Baby on board? Risks of inexperience in LBO lending

Baby in BoatDuring my too-brief sailboat racing career in Australia, it was often necessary to cut closely between islands and shoals during long-distance events. Invariably, these games of roulette came at night and in the midst of a blow. There is little that focuses you more than perilously close waves crashing on jagged rocks as you hurtle through rough seas on a thin carbon-fiber tube in the dark. While I’ve not met a sailor that approaches serenity about these challenges, those that have been there/done that remain calm and know what needs to be done. Experience allows them to make better decisions at tough times. Meanwhile, the Posers that talked a heady game at the yacht club bar are often found in a fetal position in a bunk or, worse, causing confusion on deck – increasing risk at just the wrong time.

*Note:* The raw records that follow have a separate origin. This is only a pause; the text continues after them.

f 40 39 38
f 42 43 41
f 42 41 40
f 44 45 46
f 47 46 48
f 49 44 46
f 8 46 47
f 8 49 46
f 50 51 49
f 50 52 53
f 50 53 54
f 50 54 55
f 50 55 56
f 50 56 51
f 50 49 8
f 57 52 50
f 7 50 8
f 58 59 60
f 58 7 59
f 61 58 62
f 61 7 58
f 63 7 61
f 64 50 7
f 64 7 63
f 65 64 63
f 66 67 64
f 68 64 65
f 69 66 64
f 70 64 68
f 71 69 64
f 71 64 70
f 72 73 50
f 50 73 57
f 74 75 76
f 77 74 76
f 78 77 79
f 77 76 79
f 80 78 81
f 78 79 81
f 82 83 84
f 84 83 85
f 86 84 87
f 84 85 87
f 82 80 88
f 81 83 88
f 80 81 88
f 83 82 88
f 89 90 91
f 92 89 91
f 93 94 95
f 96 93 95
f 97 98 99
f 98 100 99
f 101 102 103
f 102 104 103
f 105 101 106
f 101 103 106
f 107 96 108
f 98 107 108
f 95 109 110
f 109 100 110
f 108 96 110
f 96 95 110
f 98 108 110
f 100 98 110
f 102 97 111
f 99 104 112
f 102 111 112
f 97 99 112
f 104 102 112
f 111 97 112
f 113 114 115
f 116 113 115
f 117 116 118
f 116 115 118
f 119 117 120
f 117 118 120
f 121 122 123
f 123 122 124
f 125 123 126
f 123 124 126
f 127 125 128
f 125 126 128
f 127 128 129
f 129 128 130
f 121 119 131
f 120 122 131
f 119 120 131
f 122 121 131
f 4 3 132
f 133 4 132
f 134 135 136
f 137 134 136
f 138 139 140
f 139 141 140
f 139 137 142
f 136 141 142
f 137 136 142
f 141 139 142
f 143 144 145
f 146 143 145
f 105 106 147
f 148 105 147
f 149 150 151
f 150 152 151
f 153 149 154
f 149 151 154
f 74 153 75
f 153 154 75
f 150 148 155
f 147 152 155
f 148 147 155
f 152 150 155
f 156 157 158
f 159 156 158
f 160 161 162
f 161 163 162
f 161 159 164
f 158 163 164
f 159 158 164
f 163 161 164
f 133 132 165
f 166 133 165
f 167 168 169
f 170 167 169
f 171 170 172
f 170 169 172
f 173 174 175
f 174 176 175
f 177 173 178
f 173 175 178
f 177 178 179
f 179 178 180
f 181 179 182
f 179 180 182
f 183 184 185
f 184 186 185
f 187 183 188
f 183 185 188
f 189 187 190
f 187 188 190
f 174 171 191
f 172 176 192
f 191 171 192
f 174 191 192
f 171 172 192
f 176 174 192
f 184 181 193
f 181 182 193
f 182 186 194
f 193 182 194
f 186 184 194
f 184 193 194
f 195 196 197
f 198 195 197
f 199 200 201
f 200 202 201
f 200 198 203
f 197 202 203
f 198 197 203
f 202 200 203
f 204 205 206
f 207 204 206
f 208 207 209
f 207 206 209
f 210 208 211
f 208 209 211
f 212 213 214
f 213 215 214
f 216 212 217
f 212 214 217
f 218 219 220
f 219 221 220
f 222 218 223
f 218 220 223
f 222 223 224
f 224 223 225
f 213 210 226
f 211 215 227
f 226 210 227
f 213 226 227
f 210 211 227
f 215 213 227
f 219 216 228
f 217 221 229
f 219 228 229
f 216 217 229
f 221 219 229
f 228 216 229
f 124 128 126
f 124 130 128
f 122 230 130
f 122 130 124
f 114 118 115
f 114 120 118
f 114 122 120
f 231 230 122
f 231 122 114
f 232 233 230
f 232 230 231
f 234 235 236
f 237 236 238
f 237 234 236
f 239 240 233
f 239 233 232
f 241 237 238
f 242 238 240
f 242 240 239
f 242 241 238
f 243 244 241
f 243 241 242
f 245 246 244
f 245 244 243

Even with the current deal flow drought, we’ve had a decent run in the LBO sector. Many senior and junior debt outfits have expanded teams to “jump on ship” for fortune and fame in the leveraged lending world. I would caution that there is under-weighted risk in inexperience – especially as the economic waters get choppy. Even across well-known firms, there are many lenders on-point in deals who have not yet faced their first trial under fire (or a single dash through the shoals). As I’ve talked with a number of PE professionals, there is an awareness that GPs need to keep a weather eye on the point people across the capital stack.

Over a 20 year career of working in middle market deals, I have too often seen this scenario: The hot-shot upstart lender who was given a ‘big deal’ for retention/development/bonus-potential/whatever purposes. Knewbie (I’ve written on Newt Knewbie before) may have just spent four weeks in sales training and may have done an annual review or two – but now: he wants The Big Deal, or he’s leaving! [If I am not in Founder’s Circle by my first anniversary, I’ll just burst!]. Here’s just a couple of examples where this can go wrong for the underlying operating company, the other lenders, and the private equity firm:

Knewbie’s inexperienced approach may rely more on arbitrary boxes and check lists to fill out pretty tables and forms – rather than a prudent due diligence approach that locates and addresses actual key areas of underwriting risk. We have all seen the frayed-copied-four-page-cookie-cutter data request (that may still have “Business Banking 1998” in the page footer), fielded infernal questions that are readily answered by a basic review of the data site (for which the lender requested 5-6 log ins but no one has accessed), and – by far the most disruptive – heard the 11th-hour objections that should have been addressed Day One before three weeks of underwriting (“why are you paying more than 5 times EBITDA if that is the average that my credit guy says LBOs should be done. Oh, and what does roll-over equity mean?”).

Never go into strange places on a falling tide without a pilot. – Thomas Gibson Bowles

Does Knewbie understand the strategy or revenue model of the target company? Does he understand the investment thesis of the PE firm? Time and again, I have seen cash flow deals dressed up as ‘out of margin’ balance sheet loans (“geez, Loan Committee, we may only have 36% collateral coverage at close – but with excess cash flow recapture, the model shows leverage gets to 0.9x EBITDA and “ta da” collateral coverage in year 4”). Thought question: Although it is possible to wring a clever structure out of a rookie lender, if the kid really does not know what they’re doing, who pays when the deal invariably does not tick to the opening day model?

Does Knewbie’s management have deep LBO experience if he leaves (yes, they may know where the best golf courses are – but can they articulate the merits of the deal if there is a stress point)? How deep is the bench at the lender (or do we have a thin front line of deal folks supported by desk-flying bureaucrats)? Are you going to have a trusted ally during a stress point or a career-man focused infinitely on internal standing – but not your deal? There will come a time over a deal horizon where some deviation from the initial deal will cause the members of the capital stack to revisit the deal. Are your lenders up to the task? Or do you have Knewbie in your deal: “Gosh, I don’t think committee would support more debt just 14 months after the initial acquisition even though debt/EBITDA is down 25% – can’t you just cut a check from dry powder for more equity to do this add-on thingy?”

While this is a bit tongue in cheek, think back to the 2007-09 cycle – who sold their paper? Who blinked? Who took the umbrella when it rained? PE pros know the importance of real, relevant experience in their operating company management and their own staff. Where is the weak link? If you are trying steer a high performance sailboat through jagged shoals in the middle of a gale, the last thing you need is sea-sick Knewbie barfing on your boots.